### Provided data:
· · · · · · ·

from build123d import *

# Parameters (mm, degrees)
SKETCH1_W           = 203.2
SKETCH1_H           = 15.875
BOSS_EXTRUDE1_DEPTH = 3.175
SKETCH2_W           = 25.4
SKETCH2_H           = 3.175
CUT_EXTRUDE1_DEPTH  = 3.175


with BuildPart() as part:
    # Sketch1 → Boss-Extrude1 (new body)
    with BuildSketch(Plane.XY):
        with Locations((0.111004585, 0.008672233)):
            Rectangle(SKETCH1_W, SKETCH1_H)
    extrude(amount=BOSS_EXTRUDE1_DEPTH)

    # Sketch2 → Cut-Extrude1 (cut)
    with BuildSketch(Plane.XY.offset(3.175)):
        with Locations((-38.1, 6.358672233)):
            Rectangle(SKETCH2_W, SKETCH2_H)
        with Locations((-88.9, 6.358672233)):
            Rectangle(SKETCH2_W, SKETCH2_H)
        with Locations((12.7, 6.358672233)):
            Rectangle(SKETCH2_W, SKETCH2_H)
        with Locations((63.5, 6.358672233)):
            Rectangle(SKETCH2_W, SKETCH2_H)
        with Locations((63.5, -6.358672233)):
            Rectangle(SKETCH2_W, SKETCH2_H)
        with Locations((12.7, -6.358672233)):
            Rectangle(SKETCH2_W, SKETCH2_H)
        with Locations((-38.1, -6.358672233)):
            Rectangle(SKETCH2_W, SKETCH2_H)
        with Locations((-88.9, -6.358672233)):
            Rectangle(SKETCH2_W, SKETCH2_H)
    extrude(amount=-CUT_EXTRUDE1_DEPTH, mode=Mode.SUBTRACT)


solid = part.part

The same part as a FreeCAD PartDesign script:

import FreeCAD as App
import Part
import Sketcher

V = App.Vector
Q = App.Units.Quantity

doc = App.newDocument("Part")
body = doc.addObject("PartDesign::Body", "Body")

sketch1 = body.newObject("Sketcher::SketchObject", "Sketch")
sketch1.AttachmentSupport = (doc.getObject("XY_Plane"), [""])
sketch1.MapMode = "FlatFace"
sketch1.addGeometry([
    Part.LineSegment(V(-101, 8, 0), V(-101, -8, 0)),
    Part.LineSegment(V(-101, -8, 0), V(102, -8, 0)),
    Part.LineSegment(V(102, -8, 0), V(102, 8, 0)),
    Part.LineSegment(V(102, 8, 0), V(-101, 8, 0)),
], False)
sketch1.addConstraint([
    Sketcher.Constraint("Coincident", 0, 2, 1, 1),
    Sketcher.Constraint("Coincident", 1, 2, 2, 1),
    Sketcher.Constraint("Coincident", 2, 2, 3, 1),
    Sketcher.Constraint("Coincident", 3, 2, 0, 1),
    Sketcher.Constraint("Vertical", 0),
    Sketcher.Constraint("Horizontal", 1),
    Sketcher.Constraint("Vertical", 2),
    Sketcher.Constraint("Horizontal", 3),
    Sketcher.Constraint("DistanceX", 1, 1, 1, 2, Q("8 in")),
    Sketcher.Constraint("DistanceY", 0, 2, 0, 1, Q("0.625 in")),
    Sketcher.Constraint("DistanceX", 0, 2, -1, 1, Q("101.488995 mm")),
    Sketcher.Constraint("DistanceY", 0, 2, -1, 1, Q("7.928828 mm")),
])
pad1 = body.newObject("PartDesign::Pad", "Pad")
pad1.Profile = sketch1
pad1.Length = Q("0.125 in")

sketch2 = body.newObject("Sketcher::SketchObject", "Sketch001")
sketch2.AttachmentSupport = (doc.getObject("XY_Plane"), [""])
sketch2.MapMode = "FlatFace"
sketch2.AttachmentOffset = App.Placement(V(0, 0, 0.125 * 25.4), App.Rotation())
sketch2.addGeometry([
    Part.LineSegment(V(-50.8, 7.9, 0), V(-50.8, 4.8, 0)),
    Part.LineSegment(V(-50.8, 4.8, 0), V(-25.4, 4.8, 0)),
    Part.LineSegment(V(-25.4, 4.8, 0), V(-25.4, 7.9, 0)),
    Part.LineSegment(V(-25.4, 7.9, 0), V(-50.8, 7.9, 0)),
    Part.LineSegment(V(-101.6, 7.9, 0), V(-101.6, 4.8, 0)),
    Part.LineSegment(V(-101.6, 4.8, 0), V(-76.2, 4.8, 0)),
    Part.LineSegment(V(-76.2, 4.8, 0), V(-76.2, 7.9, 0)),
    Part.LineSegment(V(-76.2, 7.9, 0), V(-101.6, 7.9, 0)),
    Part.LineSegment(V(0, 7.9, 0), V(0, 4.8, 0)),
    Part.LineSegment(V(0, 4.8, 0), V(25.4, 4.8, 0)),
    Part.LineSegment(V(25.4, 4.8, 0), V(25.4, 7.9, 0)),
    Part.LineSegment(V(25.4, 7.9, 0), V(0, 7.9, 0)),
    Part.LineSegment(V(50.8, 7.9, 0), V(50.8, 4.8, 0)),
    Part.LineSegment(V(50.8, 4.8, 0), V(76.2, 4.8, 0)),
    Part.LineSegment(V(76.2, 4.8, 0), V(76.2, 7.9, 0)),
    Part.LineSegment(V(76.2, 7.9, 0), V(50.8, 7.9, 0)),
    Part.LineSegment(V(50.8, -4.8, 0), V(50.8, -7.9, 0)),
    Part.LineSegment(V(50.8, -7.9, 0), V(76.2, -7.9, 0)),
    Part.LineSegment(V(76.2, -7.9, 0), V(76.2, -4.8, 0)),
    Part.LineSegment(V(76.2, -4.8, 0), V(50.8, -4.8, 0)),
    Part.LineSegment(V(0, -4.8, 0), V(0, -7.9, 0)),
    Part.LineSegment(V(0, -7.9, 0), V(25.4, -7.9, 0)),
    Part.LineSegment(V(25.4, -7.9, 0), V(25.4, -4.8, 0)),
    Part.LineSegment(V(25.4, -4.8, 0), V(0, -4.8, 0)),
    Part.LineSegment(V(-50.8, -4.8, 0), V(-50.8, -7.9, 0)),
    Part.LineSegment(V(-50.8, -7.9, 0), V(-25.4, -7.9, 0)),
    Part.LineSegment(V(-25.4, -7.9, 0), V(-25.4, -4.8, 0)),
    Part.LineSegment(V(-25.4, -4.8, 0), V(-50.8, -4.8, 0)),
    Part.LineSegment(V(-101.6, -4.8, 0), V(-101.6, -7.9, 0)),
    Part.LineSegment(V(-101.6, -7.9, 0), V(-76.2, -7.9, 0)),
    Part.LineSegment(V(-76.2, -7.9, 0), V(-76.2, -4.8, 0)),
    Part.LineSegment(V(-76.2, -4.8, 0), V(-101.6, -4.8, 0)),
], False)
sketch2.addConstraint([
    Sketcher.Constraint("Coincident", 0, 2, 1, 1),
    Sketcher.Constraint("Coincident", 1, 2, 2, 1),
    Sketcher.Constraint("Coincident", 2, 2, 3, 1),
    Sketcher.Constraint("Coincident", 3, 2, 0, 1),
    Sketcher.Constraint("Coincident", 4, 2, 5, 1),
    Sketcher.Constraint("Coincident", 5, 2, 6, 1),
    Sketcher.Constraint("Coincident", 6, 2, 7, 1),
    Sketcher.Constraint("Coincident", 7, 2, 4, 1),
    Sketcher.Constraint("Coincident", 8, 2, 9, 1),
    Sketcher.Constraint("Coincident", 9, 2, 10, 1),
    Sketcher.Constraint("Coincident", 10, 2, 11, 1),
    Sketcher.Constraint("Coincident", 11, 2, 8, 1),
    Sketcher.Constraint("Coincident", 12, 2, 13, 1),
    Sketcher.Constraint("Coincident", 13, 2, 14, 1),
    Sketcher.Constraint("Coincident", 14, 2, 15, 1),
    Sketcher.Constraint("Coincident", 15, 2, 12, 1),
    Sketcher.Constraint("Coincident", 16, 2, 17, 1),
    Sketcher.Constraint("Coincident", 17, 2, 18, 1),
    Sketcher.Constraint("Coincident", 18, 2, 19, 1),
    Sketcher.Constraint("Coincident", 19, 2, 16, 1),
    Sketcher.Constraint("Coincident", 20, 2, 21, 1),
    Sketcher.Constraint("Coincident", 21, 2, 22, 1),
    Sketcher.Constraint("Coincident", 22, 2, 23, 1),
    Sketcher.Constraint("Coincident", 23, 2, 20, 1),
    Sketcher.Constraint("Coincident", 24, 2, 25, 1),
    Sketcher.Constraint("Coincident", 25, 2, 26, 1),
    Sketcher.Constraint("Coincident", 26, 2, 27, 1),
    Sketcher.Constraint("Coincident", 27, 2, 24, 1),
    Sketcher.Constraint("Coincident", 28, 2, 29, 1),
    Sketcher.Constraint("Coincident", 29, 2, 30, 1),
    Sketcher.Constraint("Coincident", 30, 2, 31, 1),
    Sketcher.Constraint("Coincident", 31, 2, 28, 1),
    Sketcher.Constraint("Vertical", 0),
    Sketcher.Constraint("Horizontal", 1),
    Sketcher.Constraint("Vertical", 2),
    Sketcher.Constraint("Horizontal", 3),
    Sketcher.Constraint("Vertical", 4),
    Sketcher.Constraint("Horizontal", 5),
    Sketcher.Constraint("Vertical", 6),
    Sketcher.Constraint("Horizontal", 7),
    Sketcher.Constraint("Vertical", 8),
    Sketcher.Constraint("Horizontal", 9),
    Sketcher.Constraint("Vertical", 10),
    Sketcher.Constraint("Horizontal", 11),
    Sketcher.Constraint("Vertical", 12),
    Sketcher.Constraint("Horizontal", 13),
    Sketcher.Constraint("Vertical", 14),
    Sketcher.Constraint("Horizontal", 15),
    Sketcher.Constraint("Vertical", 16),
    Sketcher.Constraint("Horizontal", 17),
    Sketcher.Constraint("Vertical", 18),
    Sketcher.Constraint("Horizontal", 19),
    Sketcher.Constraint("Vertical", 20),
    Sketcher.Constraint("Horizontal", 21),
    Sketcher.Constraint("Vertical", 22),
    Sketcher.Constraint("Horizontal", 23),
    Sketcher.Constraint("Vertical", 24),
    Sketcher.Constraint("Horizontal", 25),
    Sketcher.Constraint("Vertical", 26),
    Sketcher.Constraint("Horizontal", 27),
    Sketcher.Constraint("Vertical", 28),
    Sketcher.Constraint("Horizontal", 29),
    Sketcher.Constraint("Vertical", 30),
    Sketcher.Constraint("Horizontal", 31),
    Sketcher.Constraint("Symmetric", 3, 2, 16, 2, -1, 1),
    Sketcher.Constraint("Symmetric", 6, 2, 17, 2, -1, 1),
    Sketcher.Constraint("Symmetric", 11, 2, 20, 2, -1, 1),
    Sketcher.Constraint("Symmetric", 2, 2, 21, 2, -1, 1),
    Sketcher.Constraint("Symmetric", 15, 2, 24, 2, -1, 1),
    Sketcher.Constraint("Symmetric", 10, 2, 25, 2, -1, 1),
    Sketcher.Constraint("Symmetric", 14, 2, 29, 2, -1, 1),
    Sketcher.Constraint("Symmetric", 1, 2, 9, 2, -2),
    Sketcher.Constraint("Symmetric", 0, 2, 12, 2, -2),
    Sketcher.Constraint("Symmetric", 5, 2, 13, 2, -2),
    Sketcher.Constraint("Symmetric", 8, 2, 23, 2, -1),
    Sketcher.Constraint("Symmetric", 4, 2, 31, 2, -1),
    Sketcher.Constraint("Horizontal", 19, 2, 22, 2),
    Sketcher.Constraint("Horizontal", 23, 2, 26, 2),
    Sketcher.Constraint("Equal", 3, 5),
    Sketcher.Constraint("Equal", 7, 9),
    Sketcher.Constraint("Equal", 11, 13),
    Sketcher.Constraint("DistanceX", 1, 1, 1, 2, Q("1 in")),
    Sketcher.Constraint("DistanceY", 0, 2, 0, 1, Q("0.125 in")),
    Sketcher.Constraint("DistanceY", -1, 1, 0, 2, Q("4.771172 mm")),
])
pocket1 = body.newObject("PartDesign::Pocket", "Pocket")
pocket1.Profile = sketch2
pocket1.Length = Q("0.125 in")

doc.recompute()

· · · · · · ·

### What to work on:
Across the data above, count the lines that include the word "amount", and respond with the number alone.

### Expected output:
2